What needs to be done: Print exactly those lines that run from the beginning of the data to the line bearing "f 401 497 403", inclusive.

─── Exercise input ───

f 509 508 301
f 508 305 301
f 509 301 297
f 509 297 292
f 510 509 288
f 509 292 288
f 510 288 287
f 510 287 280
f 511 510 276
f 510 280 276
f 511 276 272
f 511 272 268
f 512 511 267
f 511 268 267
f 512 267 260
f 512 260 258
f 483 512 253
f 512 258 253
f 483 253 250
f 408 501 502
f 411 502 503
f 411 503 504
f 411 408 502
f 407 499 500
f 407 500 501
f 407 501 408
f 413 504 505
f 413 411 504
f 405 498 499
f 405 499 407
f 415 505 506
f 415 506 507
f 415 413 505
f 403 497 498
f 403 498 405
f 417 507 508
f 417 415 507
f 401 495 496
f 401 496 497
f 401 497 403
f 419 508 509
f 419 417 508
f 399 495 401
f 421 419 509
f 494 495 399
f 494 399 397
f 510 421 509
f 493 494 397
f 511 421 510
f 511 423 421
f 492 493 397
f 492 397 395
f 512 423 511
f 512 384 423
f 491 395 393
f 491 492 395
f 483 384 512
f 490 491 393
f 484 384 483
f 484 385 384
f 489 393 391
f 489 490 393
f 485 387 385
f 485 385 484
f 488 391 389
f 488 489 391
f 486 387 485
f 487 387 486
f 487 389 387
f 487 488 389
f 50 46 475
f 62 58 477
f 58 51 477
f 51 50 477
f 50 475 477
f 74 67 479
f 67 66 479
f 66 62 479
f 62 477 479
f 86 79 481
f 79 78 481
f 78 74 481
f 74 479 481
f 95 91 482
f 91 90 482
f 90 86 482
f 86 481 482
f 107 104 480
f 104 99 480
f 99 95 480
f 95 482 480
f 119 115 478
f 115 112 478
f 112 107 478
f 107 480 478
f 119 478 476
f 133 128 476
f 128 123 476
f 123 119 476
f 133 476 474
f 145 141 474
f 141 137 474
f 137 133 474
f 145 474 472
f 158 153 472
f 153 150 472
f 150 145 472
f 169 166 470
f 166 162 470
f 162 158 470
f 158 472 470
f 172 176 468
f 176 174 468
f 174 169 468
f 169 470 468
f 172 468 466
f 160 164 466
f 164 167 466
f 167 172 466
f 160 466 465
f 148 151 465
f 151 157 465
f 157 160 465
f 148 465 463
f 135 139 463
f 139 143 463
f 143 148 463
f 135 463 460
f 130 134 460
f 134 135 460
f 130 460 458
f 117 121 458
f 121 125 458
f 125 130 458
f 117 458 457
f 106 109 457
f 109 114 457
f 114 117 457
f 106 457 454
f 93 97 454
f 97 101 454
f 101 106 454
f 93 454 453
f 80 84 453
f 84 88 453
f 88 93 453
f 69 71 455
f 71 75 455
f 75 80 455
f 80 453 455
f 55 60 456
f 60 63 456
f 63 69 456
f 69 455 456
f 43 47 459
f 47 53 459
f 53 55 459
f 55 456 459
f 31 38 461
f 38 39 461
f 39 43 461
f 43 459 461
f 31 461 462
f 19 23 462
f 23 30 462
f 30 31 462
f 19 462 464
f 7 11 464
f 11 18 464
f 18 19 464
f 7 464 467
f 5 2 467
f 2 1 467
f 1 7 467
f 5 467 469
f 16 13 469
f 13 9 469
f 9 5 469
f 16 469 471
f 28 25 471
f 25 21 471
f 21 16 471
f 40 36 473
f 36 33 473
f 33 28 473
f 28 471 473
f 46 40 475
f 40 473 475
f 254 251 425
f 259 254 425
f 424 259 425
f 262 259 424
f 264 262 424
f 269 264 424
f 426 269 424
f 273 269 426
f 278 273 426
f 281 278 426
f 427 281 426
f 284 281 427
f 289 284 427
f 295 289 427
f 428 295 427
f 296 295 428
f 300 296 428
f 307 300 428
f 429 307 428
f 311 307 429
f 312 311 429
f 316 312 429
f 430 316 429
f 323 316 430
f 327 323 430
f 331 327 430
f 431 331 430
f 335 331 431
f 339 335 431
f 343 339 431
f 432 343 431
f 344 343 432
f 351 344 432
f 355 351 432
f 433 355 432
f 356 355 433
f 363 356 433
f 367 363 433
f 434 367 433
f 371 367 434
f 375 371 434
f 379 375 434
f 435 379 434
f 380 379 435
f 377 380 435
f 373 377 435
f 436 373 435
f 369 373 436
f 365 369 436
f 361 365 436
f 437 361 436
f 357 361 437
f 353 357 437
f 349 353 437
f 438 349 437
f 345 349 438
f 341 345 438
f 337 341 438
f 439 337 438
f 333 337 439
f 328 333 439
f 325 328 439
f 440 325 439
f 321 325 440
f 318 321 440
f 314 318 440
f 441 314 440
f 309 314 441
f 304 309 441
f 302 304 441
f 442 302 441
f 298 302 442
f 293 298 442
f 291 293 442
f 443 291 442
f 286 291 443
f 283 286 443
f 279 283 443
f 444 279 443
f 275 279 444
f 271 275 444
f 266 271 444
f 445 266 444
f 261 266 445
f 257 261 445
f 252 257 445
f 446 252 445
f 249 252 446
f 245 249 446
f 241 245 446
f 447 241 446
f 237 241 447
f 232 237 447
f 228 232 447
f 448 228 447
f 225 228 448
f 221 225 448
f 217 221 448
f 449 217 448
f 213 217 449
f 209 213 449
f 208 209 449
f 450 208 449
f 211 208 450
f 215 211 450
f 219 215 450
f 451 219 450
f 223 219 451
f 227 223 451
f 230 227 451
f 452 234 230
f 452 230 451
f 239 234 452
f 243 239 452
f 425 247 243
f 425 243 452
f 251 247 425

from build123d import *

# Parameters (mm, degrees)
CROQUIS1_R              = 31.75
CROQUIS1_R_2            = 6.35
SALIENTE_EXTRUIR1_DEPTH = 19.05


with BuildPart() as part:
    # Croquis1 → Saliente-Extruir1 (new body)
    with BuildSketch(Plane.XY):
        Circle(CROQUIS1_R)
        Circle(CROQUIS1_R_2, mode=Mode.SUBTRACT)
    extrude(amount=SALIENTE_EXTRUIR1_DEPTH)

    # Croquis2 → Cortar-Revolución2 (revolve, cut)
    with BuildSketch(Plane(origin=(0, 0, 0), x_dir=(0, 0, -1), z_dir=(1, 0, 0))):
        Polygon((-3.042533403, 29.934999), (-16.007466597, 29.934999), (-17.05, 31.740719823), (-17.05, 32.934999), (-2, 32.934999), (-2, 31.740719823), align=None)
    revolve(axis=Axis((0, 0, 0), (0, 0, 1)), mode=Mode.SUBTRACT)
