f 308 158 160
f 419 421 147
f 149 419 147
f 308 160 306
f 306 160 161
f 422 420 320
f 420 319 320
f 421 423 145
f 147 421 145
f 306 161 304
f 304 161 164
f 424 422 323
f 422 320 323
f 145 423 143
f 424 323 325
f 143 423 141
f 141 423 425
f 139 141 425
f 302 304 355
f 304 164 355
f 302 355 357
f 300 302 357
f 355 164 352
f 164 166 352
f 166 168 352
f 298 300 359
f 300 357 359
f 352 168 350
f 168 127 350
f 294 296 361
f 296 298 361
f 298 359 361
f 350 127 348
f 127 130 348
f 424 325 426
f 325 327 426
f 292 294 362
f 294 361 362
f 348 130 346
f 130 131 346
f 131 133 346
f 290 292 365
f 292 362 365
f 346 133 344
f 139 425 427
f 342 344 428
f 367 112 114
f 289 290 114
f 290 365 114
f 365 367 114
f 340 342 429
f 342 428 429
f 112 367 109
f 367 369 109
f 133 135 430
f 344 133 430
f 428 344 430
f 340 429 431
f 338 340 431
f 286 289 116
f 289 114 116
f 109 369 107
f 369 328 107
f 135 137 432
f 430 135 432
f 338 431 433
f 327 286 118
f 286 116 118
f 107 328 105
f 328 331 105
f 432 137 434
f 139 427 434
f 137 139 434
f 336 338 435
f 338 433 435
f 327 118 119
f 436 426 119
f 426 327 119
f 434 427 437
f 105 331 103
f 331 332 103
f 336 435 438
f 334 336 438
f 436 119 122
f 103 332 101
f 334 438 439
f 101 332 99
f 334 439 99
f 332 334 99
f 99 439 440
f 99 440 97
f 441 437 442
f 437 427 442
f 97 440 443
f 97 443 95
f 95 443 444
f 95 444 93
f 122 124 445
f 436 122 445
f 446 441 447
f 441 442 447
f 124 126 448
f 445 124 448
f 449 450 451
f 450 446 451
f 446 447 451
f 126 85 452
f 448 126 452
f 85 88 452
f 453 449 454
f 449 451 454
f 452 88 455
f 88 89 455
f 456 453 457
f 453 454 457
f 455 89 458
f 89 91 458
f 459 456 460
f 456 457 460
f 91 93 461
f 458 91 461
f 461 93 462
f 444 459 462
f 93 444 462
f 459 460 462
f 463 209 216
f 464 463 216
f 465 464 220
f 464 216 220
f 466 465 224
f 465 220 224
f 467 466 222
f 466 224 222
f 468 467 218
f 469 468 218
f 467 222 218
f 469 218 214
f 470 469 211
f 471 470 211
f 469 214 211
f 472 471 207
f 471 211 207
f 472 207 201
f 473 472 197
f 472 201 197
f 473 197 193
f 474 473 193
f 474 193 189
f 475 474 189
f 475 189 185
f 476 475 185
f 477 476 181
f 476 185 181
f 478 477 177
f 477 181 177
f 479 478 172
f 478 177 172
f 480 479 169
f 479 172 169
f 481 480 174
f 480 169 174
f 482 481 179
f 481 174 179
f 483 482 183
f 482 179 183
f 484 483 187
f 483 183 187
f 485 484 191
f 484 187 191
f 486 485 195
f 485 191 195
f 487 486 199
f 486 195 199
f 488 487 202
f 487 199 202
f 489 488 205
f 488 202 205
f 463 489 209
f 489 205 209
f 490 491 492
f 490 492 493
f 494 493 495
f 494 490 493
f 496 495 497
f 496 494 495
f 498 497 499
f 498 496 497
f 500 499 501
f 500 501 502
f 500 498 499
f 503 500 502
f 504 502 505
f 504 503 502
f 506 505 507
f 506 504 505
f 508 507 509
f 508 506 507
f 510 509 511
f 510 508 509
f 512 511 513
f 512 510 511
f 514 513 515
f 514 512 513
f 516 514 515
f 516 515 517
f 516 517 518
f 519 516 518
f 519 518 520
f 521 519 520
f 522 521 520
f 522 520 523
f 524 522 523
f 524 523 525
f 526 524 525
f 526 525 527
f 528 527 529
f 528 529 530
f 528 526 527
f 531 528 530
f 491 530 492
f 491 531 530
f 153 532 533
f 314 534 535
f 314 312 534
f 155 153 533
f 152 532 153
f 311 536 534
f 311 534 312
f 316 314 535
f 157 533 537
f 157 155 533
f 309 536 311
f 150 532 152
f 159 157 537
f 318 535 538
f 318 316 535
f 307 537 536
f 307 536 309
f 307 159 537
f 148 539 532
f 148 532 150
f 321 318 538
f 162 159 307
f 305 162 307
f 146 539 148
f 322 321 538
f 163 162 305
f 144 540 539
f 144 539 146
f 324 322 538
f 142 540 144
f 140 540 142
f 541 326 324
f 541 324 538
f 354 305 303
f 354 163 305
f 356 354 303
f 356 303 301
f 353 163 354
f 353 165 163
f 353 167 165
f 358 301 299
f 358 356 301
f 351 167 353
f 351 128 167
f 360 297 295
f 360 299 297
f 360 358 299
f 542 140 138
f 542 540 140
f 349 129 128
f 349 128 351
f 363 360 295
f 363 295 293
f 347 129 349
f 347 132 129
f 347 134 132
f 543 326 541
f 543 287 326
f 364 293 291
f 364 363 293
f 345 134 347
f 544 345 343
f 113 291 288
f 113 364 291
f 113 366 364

───

Task answer:
f 509 508 301
f 508 305 301
f 509 301 297
f 509 297 292
f 510 509 288
f 509 292 288
f 510 288 287
f 510 287 280
f 511 510 276
f 510 280 276
f 511 276 272
f 511 272 268
f 512 511 267
f 511 268 267
f 512 267 260
f 512 260 258
f 483 512 253
f 512 258 253
f 483 253 250
f 408 501 502
f 411 502 503
f 411 503 504
f 411 408 502
f 407 499 500
f 407 500 501
f 407 501 408
f 413 504 505
f 413 411 504
f 405 498 499
f 405 499 407
f 415 505 506
f 415 506 507
f 415 413 505
f 403 497 498
f 403 498 405
f 417 507 508
f 417 415 507
f 401 495 496
f 401 496 497
f 401 497 403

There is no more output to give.